On any given day, I end up keeping aside certain amount of time or hours at a stretch pondering about the brutalities that were inflicted on me, how it is being reinforced every other day in minor or major forms of emotional threat. Its a feeling that somebody has taken away everything from me and the one I am with- the person to whom I am married to, who, without having a better way of dealing with the ghastly and horrific incident that happened to his wife, has now inflicted further emotional repercussions on me (the wife) to save himself from the emotional pain and perhaps gain any little form of happiness for himself. Probably for him, pretending to be oblivious helps him cope. Having lost the trust on the woman that he had married to when life itself had put him in a difficult circumstance, he too has now become a victim on so many levels, after attaining knowledge of this incident. He desperately tries to let go of that incident so that he can propel forward with me. Little does he realize how day by day the pain is tearing me and taking away pieces of my 'self'- pieces that I refer to as happiness, joy of the little wonders of life or life the way I used to know, feeling of self independence and righteousness, courage and most importantly, the willingness to live.

I am a Muslim woman- Married. I was raped.

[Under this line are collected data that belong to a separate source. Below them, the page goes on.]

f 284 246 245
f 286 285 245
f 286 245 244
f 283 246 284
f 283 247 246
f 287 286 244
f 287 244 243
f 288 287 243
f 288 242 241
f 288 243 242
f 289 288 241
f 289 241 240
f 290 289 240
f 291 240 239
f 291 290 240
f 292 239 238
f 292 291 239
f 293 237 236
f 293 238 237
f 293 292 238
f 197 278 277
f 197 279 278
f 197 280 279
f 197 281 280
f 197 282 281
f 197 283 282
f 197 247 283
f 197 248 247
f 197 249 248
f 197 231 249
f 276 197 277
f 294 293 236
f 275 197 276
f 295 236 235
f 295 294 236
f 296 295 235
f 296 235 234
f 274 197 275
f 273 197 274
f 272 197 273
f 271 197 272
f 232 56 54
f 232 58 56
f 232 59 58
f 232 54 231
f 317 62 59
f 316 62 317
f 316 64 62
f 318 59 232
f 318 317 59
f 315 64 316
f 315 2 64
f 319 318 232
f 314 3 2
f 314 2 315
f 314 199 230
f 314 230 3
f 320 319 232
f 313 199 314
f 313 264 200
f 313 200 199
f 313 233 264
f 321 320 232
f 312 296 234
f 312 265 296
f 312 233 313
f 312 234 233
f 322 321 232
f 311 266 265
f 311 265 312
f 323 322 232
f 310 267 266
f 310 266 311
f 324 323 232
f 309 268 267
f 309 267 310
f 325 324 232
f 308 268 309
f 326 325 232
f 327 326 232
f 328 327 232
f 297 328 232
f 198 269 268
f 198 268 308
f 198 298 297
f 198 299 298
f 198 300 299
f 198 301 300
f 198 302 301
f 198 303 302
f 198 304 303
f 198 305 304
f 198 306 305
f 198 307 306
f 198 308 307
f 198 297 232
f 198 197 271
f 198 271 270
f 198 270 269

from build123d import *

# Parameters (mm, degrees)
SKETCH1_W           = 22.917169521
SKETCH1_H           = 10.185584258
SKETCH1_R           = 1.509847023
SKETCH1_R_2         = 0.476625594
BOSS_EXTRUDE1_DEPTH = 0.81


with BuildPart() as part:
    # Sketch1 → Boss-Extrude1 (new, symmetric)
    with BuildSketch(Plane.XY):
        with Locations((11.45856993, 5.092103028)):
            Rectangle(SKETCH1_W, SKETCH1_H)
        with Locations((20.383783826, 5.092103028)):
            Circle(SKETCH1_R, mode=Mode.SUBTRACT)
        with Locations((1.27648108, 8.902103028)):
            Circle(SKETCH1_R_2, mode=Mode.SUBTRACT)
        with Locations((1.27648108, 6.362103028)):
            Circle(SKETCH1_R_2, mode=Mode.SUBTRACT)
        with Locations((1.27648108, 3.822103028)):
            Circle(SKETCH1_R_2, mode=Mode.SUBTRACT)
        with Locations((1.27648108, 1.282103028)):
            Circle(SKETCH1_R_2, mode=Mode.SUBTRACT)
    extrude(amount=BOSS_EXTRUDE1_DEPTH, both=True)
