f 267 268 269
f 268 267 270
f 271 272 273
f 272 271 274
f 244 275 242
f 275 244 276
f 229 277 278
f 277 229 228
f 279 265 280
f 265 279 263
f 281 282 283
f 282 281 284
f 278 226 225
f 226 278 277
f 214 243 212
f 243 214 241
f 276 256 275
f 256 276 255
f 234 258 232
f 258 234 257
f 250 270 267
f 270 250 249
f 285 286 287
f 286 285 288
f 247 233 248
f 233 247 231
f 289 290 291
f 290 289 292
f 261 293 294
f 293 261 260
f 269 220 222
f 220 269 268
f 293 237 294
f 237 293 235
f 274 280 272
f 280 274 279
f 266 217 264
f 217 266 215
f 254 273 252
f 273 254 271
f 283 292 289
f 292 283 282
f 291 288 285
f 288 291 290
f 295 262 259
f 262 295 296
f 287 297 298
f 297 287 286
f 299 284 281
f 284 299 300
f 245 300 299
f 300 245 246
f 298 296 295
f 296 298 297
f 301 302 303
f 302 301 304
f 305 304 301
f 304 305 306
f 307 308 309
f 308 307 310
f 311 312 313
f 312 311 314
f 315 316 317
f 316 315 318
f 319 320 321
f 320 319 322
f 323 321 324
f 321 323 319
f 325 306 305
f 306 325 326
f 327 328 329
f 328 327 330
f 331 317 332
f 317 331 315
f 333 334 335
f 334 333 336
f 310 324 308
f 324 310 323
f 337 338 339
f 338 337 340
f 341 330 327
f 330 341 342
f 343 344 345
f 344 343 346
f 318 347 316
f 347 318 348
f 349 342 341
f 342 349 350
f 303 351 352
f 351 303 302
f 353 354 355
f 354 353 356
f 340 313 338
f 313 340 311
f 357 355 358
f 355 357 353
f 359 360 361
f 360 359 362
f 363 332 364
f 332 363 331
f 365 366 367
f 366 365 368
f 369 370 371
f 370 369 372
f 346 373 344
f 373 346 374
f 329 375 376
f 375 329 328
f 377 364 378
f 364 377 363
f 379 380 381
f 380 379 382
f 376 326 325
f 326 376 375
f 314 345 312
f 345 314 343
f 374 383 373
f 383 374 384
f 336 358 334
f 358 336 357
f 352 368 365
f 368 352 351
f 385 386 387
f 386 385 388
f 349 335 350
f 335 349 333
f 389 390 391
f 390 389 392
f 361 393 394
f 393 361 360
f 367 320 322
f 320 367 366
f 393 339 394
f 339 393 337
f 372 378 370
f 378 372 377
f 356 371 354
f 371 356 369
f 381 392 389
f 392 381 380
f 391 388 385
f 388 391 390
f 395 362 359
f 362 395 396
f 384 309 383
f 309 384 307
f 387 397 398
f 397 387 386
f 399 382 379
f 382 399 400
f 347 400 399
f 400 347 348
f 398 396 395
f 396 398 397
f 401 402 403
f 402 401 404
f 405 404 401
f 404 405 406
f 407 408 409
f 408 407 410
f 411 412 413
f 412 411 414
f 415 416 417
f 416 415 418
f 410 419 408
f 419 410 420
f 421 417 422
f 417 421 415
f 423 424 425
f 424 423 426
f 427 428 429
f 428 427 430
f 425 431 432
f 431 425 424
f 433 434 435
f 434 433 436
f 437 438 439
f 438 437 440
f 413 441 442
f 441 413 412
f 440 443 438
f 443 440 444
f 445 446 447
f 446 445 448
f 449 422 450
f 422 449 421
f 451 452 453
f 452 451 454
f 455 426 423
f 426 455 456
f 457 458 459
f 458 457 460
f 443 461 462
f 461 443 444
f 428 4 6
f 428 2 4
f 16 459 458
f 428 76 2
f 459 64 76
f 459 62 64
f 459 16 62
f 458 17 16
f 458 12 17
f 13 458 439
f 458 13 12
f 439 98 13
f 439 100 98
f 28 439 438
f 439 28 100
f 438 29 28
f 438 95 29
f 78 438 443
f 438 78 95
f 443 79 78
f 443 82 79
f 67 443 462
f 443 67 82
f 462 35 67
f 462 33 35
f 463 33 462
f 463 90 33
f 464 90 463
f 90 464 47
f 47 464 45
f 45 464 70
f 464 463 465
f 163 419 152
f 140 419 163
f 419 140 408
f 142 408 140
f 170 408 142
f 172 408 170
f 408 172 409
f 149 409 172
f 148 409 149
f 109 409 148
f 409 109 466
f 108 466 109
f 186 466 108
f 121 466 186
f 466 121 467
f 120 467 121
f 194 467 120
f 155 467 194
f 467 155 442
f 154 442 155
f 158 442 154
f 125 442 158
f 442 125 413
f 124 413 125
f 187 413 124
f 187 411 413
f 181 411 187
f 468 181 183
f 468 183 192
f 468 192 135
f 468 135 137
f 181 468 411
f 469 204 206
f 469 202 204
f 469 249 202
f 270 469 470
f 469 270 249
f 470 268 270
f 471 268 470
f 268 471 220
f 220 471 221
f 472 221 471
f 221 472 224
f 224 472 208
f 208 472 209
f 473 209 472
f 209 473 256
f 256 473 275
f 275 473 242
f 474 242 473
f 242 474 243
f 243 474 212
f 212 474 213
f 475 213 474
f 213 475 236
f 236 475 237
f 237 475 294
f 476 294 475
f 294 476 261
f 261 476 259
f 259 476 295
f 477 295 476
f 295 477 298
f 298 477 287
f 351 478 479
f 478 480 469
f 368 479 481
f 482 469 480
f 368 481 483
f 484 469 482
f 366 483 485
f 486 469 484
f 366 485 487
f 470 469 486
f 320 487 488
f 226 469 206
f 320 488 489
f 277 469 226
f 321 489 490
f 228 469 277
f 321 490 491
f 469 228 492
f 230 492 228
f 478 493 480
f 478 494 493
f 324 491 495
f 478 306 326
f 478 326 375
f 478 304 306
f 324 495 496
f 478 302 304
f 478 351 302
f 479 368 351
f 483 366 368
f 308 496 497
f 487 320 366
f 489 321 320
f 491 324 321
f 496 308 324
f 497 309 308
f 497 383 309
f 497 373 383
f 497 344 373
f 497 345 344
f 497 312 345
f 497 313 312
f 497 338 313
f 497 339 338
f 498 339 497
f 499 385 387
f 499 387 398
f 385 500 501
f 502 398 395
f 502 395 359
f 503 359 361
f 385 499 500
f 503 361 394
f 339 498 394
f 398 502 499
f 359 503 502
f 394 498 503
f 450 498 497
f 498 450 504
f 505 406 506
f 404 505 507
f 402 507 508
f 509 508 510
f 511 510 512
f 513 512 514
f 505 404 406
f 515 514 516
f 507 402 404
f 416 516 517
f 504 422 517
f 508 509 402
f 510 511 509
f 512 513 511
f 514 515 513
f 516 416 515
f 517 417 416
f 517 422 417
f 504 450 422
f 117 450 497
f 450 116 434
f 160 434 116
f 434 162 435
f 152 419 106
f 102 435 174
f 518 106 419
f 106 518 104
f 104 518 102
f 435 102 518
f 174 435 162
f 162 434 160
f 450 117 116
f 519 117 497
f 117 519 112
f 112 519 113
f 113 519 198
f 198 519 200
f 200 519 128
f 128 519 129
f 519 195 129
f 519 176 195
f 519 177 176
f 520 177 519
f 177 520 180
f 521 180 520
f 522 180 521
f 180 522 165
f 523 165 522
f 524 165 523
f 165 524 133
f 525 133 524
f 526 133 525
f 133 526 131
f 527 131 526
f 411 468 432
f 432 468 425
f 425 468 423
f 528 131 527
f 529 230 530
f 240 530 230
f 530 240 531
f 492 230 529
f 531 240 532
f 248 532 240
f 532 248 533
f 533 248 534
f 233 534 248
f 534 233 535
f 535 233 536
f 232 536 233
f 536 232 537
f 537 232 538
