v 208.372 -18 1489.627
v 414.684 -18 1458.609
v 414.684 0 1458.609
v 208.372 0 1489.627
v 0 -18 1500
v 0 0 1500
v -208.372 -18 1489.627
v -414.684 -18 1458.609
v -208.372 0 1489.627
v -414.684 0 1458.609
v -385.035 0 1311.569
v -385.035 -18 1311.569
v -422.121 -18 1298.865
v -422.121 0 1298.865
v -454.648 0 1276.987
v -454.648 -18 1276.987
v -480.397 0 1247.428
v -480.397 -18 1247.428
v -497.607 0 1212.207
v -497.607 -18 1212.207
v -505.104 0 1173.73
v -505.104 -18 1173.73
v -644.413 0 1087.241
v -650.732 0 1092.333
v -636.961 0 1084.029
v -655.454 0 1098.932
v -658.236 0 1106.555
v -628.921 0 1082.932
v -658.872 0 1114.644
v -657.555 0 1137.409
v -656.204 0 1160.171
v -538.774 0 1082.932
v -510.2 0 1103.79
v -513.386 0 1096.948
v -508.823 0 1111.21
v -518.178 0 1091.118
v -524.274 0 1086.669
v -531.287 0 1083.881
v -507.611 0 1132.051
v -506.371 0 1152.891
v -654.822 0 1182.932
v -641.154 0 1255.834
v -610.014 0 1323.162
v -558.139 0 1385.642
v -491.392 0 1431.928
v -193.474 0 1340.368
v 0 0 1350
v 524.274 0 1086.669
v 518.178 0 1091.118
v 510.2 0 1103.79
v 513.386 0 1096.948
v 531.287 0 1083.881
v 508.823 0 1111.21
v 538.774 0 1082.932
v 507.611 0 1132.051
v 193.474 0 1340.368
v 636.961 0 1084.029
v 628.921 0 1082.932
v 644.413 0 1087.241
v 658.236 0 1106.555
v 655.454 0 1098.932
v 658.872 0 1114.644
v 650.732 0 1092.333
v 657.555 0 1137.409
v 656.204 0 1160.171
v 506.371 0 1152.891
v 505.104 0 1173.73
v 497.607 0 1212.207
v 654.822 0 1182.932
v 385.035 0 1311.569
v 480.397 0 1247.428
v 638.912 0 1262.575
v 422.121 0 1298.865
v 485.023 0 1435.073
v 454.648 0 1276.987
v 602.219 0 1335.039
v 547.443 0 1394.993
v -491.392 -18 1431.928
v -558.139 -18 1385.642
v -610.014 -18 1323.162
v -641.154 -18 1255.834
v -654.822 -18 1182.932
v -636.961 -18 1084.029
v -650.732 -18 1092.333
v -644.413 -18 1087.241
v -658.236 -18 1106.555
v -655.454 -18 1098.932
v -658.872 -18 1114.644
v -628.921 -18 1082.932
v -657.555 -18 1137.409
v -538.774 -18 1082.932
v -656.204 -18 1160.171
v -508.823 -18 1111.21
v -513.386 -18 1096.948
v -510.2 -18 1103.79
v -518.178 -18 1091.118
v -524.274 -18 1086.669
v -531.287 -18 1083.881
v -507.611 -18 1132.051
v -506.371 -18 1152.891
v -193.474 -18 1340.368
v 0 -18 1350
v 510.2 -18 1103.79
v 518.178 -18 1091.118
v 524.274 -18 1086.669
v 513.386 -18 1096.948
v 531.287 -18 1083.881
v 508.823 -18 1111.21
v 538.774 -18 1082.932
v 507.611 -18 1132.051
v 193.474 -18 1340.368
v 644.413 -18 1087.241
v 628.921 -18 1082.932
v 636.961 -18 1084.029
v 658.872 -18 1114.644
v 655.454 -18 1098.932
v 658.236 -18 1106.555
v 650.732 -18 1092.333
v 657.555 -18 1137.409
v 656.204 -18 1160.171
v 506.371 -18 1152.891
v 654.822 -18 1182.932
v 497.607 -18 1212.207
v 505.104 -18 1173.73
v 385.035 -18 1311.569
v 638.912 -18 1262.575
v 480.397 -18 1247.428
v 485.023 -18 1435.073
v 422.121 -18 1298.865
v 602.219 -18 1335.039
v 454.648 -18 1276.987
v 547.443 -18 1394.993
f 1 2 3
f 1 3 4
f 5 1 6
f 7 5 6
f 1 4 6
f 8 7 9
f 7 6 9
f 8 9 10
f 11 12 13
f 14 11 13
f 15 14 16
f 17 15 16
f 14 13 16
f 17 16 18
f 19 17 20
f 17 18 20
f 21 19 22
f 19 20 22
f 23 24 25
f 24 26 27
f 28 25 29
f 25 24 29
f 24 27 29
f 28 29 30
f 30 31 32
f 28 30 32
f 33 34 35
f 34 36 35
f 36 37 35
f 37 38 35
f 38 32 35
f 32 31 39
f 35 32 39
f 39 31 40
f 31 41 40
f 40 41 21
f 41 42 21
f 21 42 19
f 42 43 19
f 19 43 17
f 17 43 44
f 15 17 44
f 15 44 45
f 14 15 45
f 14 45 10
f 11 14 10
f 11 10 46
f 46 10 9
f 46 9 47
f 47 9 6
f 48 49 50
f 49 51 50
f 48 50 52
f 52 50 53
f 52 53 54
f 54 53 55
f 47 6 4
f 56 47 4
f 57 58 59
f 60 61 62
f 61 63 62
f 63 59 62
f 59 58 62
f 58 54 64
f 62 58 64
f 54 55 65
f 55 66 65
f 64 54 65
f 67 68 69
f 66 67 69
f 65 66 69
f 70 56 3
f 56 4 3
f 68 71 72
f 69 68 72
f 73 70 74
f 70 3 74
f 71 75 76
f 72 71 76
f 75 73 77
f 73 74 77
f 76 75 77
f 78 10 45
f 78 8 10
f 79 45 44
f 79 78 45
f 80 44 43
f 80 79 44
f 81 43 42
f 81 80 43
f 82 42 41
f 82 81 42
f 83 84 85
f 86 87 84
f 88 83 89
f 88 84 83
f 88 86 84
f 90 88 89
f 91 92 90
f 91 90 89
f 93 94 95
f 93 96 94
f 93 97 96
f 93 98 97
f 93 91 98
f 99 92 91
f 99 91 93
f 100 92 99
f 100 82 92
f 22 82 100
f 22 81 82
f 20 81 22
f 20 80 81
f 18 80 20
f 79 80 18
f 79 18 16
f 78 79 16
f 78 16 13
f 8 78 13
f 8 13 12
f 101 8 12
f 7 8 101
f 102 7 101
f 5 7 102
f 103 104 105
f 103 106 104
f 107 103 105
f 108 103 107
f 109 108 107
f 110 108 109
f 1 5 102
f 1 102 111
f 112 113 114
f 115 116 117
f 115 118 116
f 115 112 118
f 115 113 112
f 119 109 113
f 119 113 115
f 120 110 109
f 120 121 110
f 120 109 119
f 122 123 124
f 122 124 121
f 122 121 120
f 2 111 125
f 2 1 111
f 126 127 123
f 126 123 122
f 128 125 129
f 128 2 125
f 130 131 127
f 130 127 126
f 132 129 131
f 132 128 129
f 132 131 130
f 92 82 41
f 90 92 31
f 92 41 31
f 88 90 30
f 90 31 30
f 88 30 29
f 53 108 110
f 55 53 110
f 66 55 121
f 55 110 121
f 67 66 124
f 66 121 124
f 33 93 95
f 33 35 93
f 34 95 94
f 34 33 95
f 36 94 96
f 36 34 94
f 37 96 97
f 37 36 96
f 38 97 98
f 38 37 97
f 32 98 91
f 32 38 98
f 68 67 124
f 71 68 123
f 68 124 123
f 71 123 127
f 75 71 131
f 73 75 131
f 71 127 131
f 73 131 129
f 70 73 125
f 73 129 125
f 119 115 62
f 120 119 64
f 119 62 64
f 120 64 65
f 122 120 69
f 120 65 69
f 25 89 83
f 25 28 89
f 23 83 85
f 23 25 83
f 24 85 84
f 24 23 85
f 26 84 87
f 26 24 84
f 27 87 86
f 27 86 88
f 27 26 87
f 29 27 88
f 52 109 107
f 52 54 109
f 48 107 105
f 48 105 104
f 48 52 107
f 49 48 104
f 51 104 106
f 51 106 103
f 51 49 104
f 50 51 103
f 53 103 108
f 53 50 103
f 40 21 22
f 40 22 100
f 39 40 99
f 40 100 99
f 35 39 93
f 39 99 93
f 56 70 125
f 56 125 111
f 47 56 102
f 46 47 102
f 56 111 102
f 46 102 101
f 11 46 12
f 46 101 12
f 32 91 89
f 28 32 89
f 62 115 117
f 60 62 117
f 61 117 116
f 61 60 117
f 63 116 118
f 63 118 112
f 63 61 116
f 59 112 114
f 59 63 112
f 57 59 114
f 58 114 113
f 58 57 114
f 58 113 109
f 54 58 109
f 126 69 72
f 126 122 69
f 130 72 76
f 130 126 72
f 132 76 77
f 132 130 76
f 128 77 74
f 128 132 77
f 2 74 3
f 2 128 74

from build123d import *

# Parameters (mm, degrees)
F1_DEPTH = 18
F2_R     = 300
F4_DEPTH = 18.0010001
F5_R     = 30


# Not quite as in the source:
# - a feature names something its author has since deleted; it is built from what else it names


with BuildPart() as f1:
    # F0 (on Front) → F1 (new body)
    with BuildSketch(Plane.XZ):
        with BuildLine():
            Line((-685, 200), (-685, 0))
            Line((-685, 0), (685, 0))
            Line((685, 0), (685, 200))
            ThreePointArc((685, 200), (673.7460477003, 800.4217267888), (640, 1400))
            ThreePointArc((640, 1400), (0, 1500), (-640, 1400))
            ThreePointArc((-640, 1400), (-673.7460477003, 800.4217267888), (-685, 200))
        make_face()
    extrude(amount=F1_DEPTH)

    # F2
    f2_edges = [f1.edges().sort_by_distance(p)[0] for p in [
        (-640, -9, 1400),
        (640, -9, 1400),
    ]]
    fillet(f2_edges, radius=F2_R)

    # F3 (on face) → F4 (cut, through all)
    with BuildSketch(Plane.XZ.offset(18)):
        with BuildLine():
            ThreePointArc((-385.0351790184, 1311.5685143294), (-468.492433607, 1263.0523750474), (-505.1041546871, 1173.7298639214))
            ThreePointArc((-505.1041546871, 1173.7298639214), (-507.8289943623, 1128.3346974136), (-510.4237596585, 1082.9319102019))
            Line((-510.4237596585, 1082.9319102019), (-660.6541901542, 1082.9319102019))
            ThreePointArc((-660.6541901542, 1082.9319102019), (-678.9123910716, 641.6337499869), (-685, 200))
            Line((-685, 200), (-685, 0))
            Line((-685, 0), (685, 0))
            Line((685, 0), (685, 200))
            ThreePointArc((685, 200), (678.9123910716, 641.6337499869), (660.6541901542, 1082.9319102019))
            Line((660.6541901542, 1082.9319102019), (510.4237596585, 1082.9319102019))
            ThreePointArc((510.4237596585, 1082.9319102019), (507.8289943623, 1128.3346974136), (505.1041546871, 1173.7298639214))
            ThreePointArc((505.1041546871, 1173.7298639214), (468.492433607, 1263.0523750474), (385.0351790184, 1311.5685143294))
            ThreePointArc((385.0351790184, 1311.5685143294), (0, 1350), (-385.0351790184, 1311.5685143294))
        make_face()
    extrude(amount=-F4_DEPTH, mode=Mode.SUBTRACT)

    # F5
    f5_edges = [f1.edges().sort_by_distance(p)[0] for p in [
        (-510.42376, -9, 1082.93191),
        (510.42376, -9, 1082.93191),
        (-660.65419, -9, 1082.93191),
        (660.65419, -9, 1082.93191),
    ]]
    fillet(f5_edges, radius=F5_R)


solid = f1.part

My previous profile: Female, educated from a top-tier university, successful career and confident in Life

The incident:
I used to be a 'believing' Muslim up until a few months ago. I still do believe in God but yes, my faith has been considerably shaken. Early this year because of circumstances surrounding some of my life's other events- I found myself back in my home country attending to family. Religion is an important part of the culture in my country and everyone more or less believes in religion to a certain extent. Things had been going a little awry and I was beginning to lose a grip on my life. In such situations when a string of bad things happen, a lot of us who have religion and God to lean on, end up going to places of worship and speaking to individuals who are religious 'scholars' and asking for prayers to recite and Gods blessings. On one such day, a 'religious scholar' - a trusted and respected person whom the family had known a while, came by. He was renowned it seems in being able to foresee and tell if any person is under a 'bad spell' or in other words, a victim of black magic. In Islam and being a Muslim, it is not an uncommon phenomena to hear about the works of witchcraft and Jinn. According to this religious scholar, I was a victim of 'black magic'. I did not want to believe it, but there were no grounds to question this scholar as he was an Imam (priest) of a well-known Mosque. I would not blame my family either, as they were also a bit in shock after being informed about someone or some entity doing witchcraft on me and are naive, to say the least. They in turn became a victim of this ghastly act that happened on me and are having to live the remaining days of their life with that knowledge. 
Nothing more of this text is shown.